Rashba Sandwiches with Topological Superconducting Phases

TL;DR

This paper proposes a heterostructure with tunable topological superconducting phases, featuring helical, chiral, or unidirectional edge states, achieved through conventional ingredients and parameter adjustments.

Contribution

It introduces a bilayer Rashba heterostructure capable of hosting multiple topological phases with different edge states, controlled by Zeeman field and chemical potential.

Findings

Presence of helical, chiral, and unidirectional edge states.

Tunable topological phases via Zeeman field and chemical potential.

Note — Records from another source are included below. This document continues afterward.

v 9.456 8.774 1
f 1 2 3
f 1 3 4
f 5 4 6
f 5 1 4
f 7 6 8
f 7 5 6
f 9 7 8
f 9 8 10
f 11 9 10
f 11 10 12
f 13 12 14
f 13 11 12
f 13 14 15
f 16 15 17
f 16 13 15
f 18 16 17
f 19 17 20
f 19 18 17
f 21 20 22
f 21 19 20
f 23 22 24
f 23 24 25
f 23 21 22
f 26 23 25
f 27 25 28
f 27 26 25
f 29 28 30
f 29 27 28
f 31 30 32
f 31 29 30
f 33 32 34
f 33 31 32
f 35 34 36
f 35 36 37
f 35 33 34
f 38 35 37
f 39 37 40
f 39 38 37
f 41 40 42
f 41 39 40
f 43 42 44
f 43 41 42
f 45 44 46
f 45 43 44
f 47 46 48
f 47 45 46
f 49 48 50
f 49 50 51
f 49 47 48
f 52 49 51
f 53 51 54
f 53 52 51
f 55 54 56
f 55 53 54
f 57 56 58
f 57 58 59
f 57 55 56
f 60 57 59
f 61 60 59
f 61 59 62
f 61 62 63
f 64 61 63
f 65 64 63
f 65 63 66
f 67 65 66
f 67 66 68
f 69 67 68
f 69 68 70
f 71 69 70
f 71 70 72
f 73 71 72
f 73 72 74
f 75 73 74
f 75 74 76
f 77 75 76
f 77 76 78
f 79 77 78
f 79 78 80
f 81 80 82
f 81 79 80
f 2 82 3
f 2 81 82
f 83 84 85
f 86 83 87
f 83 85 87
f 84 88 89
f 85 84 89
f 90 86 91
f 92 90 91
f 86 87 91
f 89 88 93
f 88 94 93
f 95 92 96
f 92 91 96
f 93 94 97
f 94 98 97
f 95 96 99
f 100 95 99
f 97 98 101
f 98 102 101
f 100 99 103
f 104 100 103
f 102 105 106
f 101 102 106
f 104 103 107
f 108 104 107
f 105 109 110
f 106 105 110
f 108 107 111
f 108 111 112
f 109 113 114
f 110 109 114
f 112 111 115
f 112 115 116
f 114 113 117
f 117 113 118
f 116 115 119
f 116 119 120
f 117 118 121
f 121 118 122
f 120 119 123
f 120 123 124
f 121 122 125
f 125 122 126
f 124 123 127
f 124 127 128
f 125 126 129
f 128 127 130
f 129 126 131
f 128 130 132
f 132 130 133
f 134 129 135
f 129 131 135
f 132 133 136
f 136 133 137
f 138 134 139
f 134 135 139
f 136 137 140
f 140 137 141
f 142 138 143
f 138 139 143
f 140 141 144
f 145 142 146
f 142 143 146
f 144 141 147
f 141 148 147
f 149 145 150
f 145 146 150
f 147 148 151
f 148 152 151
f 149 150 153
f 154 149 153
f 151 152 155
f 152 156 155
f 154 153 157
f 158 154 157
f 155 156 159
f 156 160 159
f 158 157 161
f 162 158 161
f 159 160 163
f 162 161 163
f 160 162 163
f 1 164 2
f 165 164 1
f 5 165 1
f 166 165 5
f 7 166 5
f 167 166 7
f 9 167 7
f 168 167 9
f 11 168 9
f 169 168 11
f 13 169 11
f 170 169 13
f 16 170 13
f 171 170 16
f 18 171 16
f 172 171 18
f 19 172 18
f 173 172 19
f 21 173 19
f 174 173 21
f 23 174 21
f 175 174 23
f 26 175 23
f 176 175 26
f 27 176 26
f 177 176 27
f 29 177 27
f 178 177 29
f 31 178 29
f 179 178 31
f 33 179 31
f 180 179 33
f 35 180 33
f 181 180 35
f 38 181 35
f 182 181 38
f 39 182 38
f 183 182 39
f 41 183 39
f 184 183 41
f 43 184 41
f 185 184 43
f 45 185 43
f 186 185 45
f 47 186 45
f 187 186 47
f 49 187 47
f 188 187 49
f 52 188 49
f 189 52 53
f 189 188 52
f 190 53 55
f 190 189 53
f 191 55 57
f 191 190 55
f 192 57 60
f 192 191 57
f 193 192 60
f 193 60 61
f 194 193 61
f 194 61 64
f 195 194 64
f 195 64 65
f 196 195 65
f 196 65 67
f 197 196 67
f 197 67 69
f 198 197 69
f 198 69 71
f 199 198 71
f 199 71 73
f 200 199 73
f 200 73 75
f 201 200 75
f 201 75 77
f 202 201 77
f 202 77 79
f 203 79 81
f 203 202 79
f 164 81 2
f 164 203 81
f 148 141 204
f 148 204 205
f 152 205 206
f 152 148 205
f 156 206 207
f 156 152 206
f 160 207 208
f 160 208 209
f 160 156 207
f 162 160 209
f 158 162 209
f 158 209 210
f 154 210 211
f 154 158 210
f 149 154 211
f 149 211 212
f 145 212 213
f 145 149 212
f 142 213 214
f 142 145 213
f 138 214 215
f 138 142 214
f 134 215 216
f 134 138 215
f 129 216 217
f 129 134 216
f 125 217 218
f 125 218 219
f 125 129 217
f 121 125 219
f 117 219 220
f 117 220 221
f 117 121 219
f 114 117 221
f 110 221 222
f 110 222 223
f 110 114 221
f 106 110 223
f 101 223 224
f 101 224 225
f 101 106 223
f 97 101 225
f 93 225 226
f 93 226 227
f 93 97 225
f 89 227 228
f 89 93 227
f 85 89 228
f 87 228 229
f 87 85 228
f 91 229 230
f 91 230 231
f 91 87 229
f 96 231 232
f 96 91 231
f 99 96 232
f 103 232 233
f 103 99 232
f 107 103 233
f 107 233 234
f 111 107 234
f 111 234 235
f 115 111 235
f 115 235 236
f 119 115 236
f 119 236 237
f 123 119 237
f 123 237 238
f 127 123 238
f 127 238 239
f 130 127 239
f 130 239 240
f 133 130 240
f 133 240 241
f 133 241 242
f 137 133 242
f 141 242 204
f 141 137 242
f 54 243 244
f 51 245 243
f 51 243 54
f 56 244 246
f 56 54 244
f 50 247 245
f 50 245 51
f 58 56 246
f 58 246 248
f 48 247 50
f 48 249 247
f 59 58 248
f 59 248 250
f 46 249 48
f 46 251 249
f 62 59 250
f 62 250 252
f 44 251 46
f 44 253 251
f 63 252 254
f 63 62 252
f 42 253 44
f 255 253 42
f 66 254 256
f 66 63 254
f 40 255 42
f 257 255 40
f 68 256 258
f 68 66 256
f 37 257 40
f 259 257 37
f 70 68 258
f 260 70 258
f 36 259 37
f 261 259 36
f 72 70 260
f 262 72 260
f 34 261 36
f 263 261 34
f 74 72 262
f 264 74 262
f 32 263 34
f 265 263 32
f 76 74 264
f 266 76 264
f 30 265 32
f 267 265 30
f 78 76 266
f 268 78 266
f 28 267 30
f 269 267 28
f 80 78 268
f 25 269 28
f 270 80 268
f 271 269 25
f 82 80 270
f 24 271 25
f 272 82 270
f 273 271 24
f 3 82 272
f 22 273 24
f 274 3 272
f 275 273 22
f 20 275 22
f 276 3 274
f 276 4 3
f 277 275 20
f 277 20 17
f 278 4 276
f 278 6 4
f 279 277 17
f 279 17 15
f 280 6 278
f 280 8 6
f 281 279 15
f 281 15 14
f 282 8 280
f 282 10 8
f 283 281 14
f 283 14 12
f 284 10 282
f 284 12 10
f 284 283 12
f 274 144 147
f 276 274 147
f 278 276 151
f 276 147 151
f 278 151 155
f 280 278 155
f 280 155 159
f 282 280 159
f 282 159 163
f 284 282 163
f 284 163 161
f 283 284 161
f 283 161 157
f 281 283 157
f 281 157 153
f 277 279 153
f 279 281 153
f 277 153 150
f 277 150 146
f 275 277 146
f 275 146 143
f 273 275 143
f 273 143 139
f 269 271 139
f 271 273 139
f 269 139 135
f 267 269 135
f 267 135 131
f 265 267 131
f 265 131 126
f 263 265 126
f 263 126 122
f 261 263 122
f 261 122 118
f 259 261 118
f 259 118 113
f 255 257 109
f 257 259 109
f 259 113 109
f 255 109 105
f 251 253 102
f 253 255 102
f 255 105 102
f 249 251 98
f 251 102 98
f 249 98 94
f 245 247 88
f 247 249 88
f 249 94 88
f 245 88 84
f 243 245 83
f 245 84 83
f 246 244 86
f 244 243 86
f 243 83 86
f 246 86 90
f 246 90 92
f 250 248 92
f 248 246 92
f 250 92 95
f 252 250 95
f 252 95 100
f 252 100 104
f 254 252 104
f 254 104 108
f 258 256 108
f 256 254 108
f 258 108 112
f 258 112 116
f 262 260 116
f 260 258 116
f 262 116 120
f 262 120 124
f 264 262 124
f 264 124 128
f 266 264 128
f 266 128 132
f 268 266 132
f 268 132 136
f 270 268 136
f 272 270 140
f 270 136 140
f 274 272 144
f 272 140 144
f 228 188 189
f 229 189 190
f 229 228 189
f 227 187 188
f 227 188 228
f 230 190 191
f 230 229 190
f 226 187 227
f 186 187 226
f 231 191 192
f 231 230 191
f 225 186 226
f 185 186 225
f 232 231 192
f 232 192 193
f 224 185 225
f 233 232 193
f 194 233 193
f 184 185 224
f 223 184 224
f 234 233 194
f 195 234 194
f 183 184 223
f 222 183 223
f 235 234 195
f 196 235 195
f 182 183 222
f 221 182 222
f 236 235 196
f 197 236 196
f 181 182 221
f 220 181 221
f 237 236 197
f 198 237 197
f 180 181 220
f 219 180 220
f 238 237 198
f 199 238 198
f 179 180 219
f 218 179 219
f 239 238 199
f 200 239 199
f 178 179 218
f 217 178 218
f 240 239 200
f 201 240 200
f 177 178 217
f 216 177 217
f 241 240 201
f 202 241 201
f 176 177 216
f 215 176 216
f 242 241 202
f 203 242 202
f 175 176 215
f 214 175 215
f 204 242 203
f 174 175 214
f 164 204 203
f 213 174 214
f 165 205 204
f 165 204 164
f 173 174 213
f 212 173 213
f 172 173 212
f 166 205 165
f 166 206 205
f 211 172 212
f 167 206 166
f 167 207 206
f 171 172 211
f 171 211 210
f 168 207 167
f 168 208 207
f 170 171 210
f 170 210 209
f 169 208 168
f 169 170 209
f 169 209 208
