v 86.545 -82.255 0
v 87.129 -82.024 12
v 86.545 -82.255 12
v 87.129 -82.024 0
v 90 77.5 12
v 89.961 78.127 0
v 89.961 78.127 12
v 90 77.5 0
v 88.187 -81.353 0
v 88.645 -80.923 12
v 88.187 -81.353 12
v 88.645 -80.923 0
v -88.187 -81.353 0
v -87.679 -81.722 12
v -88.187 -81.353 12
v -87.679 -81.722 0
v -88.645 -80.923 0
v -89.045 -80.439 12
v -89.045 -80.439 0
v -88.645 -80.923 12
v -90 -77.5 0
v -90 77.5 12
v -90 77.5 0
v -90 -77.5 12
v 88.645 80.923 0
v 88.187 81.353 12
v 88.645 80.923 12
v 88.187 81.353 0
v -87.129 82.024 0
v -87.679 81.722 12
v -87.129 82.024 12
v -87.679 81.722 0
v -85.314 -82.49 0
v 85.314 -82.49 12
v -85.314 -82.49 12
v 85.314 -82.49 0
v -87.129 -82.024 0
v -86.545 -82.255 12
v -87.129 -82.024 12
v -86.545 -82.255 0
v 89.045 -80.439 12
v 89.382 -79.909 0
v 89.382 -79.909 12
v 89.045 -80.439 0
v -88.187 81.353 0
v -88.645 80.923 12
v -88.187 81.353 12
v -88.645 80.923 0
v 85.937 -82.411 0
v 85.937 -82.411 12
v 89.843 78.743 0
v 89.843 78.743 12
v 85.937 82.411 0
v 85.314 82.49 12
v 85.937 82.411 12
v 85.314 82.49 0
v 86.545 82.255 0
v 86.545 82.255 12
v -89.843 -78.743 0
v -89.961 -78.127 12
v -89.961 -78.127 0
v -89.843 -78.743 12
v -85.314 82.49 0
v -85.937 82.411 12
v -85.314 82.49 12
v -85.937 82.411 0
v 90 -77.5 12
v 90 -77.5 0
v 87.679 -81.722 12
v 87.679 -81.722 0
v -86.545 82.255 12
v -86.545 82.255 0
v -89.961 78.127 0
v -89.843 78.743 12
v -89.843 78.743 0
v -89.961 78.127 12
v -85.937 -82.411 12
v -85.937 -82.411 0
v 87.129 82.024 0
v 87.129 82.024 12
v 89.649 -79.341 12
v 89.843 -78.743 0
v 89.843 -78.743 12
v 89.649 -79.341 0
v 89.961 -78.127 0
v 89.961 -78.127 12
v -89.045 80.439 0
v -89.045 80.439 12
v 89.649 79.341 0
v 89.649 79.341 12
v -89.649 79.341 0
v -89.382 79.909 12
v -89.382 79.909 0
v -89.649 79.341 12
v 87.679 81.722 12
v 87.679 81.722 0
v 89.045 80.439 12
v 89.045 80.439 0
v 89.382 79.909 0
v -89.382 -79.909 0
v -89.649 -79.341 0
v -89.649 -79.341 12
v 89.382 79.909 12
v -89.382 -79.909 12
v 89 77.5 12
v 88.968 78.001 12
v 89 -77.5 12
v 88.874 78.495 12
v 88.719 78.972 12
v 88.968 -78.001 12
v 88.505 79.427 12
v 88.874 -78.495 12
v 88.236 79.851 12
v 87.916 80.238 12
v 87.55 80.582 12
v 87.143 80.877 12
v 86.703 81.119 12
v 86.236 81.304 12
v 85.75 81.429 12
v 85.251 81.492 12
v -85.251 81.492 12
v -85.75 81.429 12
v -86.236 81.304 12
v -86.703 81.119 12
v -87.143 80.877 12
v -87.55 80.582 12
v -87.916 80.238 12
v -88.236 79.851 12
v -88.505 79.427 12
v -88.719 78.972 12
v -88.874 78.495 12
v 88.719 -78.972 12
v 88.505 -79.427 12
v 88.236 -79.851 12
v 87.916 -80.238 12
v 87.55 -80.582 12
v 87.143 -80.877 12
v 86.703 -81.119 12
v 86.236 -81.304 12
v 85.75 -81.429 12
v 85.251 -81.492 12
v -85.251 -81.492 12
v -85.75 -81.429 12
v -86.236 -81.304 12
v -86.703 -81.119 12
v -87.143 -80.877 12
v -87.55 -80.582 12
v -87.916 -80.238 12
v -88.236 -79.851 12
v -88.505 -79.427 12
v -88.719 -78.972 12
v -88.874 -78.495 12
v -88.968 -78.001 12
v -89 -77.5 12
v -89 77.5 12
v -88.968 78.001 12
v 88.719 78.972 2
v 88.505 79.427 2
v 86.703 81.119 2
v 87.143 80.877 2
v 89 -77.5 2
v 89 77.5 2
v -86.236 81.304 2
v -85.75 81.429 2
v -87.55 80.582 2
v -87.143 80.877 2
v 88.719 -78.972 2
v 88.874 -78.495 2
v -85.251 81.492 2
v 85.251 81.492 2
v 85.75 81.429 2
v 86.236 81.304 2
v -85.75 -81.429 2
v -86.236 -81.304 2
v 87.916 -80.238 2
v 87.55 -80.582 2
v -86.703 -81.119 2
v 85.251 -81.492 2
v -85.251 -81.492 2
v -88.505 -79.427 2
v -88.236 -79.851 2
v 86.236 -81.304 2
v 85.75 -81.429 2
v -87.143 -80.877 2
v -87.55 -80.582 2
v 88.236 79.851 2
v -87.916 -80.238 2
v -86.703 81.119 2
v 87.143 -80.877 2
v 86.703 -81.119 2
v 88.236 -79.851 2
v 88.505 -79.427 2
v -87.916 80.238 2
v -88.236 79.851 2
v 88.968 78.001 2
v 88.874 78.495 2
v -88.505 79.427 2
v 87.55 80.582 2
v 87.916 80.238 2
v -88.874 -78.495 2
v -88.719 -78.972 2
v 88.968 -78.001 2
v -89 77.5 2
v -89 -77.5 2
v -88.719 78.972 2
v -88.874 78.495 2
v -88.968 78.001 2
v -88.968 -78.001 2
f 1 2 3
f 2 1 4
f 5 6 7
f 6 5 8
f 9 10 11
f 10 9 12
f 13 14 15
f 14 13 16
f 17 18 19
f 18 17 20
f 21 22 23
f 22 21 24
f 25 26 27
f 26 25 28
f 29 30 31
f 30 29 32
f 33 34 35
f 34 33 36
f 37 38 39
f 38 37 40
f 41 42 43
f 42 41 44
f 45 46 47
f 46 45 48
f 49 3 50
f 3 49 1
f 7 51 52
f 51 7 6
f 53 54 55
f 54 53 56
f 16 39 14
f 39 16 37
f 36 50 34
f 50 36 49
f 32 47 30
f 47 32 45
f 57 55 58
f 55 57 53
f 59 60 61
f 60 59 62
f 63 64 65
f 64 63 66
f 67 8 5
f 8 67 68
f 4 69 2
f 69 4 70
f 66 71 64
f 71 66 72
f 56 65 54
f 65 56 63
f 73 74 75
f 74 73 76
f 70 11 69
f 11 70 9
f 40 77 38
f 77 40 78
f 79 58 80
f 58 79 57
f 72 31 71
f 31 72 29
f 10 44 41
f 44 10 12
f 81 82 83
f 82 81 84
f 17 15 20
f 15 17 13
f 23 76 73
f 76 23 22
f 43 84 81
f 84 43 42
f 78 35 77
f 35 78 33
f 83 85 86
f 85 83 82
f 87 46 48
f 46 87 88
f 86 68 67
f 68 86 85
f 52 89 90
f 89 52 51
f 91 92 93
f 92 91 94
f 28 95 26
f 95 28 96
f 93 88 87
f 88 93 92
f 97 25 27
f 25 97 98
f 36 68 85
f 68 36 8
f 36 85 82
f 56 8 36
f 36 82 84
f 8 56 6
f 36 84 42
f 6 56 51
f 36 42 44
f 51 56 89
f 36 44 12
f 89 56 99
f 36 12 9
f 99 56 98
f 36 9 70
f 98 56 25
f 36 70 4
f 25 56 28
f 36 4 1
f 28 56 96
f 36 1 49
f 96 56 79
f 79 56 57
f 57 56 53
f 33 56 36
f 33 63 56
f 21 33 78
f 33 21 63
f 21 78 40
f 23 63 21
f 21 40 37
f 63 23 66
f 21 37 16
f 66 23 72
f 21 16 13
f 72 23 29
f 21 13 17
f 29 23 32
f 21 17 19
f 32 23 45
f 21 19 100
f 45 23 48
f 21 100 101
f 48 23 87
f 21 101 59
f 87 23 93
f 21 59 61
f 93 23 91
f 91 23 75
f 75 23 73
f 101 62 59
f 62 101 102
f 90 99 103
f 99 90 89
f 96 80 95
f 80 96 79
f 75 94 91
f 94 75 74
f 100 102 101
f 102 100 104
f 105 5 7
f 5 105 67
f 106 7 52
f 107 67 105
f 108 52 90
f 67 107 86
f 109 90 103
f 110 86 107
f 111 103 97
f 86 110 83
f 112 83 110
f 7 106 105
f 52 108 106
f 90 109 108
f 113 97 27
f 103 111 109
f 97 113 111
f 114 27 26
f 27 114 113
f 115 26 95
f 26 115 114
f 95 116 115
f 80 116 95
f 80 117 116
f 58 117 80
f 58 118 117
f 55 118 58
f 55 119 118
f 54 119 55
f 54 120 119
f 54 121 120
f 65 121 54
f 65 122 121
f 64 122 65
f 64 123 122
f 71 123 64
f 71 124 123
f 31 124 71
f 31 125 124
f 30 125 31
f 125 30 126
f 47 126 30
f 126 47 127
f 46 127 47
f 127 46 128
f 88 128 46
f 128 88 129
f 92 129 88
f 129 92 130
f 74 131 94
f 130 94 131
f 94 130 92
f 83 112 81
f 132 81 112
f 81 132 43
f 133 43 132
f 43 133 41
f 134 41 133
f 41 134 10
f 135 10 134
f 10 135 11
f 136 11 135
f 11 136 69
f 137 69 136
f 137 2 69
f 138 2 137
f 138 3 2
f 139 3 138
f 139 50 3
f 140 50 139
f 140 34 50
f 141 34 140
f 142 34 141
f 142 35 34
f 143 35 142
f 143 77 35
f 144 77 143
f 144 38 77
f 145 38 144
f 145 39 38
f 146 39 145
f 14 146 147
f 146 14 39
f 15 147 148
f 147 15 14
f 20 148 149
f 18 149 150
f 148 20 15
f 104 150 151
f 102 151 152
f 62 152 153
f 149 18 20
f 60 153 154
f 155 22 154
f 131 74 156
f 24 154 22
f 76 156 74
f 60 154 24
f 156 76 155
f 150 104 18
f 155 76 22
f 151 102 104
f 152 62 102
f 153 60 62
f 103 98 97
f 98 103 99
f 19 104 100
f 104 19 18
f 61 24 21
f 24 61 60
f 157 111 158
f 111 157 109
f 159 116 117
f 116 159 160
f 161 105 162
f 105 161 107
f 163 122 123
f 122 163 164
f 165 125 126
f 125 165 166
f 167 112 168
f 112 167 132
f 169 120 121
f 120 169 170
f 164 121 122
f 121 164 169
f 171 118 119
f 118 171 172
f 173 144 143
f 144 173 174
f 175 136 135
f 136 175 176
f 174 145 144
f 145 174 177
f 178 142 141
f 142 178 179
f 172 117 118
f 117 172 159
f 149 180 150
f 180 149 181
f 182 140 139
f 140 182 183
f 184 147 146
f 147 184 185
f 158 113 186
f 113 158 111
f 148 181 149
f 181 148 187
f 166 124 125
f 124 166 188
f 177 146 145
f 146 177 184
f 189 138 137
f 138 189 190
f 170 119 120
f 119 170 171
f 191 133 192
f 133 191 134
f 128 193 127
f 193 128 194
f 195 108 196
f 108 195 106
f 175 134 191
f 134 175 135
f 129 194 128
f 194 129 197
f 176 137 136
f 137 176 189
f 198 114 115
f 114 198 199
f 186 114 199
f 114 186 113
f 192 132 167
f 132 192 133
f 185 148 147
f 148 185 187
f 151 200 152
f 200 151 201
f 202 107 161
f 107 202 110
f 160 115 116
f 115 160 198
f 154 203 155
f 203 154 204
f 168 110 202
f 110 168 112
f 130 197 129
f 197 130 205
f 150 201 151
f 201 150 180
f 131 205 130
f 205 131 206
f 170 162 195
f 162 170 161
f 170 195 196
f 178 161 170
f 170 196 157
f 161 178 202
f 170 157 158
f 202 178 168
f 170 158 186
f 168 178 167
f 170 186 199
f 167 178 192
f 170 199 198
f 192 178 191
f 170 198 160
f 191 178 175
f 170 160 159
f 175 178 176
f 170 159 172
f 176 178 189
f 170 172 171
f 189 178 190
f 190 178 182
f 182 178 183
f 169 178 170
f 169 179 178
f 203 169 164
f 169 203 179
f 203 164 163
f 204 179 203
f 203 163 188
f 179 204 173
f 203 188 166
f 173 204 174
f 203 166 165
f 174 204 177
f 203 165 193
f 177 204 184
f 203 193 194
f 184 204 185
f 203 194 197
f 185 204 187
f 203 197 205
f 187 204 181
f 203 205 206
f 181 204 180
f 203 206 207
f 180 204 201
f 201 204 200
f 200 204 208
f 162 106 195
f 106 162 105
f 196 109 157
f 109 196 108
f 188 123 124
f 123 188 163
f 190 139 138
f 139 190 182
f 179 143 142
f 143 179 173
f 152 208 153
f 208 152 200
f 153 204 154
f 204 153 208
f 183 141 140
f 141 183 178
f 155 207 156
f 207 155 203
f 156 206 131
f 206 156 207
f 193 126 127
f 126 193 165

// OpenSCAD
$fn = 50;


difference() {
	union() {
		hull() {
			translate(v = [-85.0000000000, 77.5000000000, 0]) {
				cylinder(h = 12, r = 5);
			}
			translate(v = [85.0000000000, 77.5000000000, 0]) {
				cylinder(h = 12, r = 5);
			}
			translate(v = [-85.0000000000, -77.5000000000, 0]) {
				cylinder(h = 12, r = 5);
			}
			translate(v = [85.0000000000, -77.5000000000, 0]) {
				cylinder(h = 12, r = 5);
			}
		}
	}
	union() {
		translate(v = [0, 0, 2]) {
			hull() {
				translate(v = [-85.0000000000, 77.5000000000, 0]) {
					cylinder(h = 10, r = 4);
				}
				translate(v = [85.0000000000, 77.5000000000, 0]) {
					cylinder(h = 10, r = 4);
				}
				translate(v = [-85.0000000000, -77.5000000000, 0]) {
					cylinder(h = 10, r = 4);
				}
				translate(v = [85.0000000000, -77.5000000000, 0]) {
					cylinder(h = 10, r = 4);
				}
			}
		}
	}
}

Realization of topological phases with conventional materials.

Abstract

We introduce a versatile heterostructure harboring various topological superconducting phases characterized by the presence of helical, chiral, or unidirectional edge states. Changing parameters, such as an effective Zeeman field or chemical potential, one can tune between these three topological phases in the same setup. Our model relies only on conventional non-topological ingredients. The bilayer setup consists of an s-wave superconductor sandwiched between two two-dimensional electron gas layers with strong Rashba spin-orbit interaction. The interplay between two different pairing mechanisms, proximity induced direct and crossed Andreev superconducting pairings, gives rise to multiple topological phases. In particular, helical edge states occur if crossed Andreev superconducting pairing is dominant. In addition, an in-plane Zeeman field leads to a 2D gapless topological phase with unidirectional edge states, which were previously predicted to exist only in non-centrosymmetric superconductors. If the Zeeman field is tilted out of the plane, the system is in a topological phase hosting chiral edge states.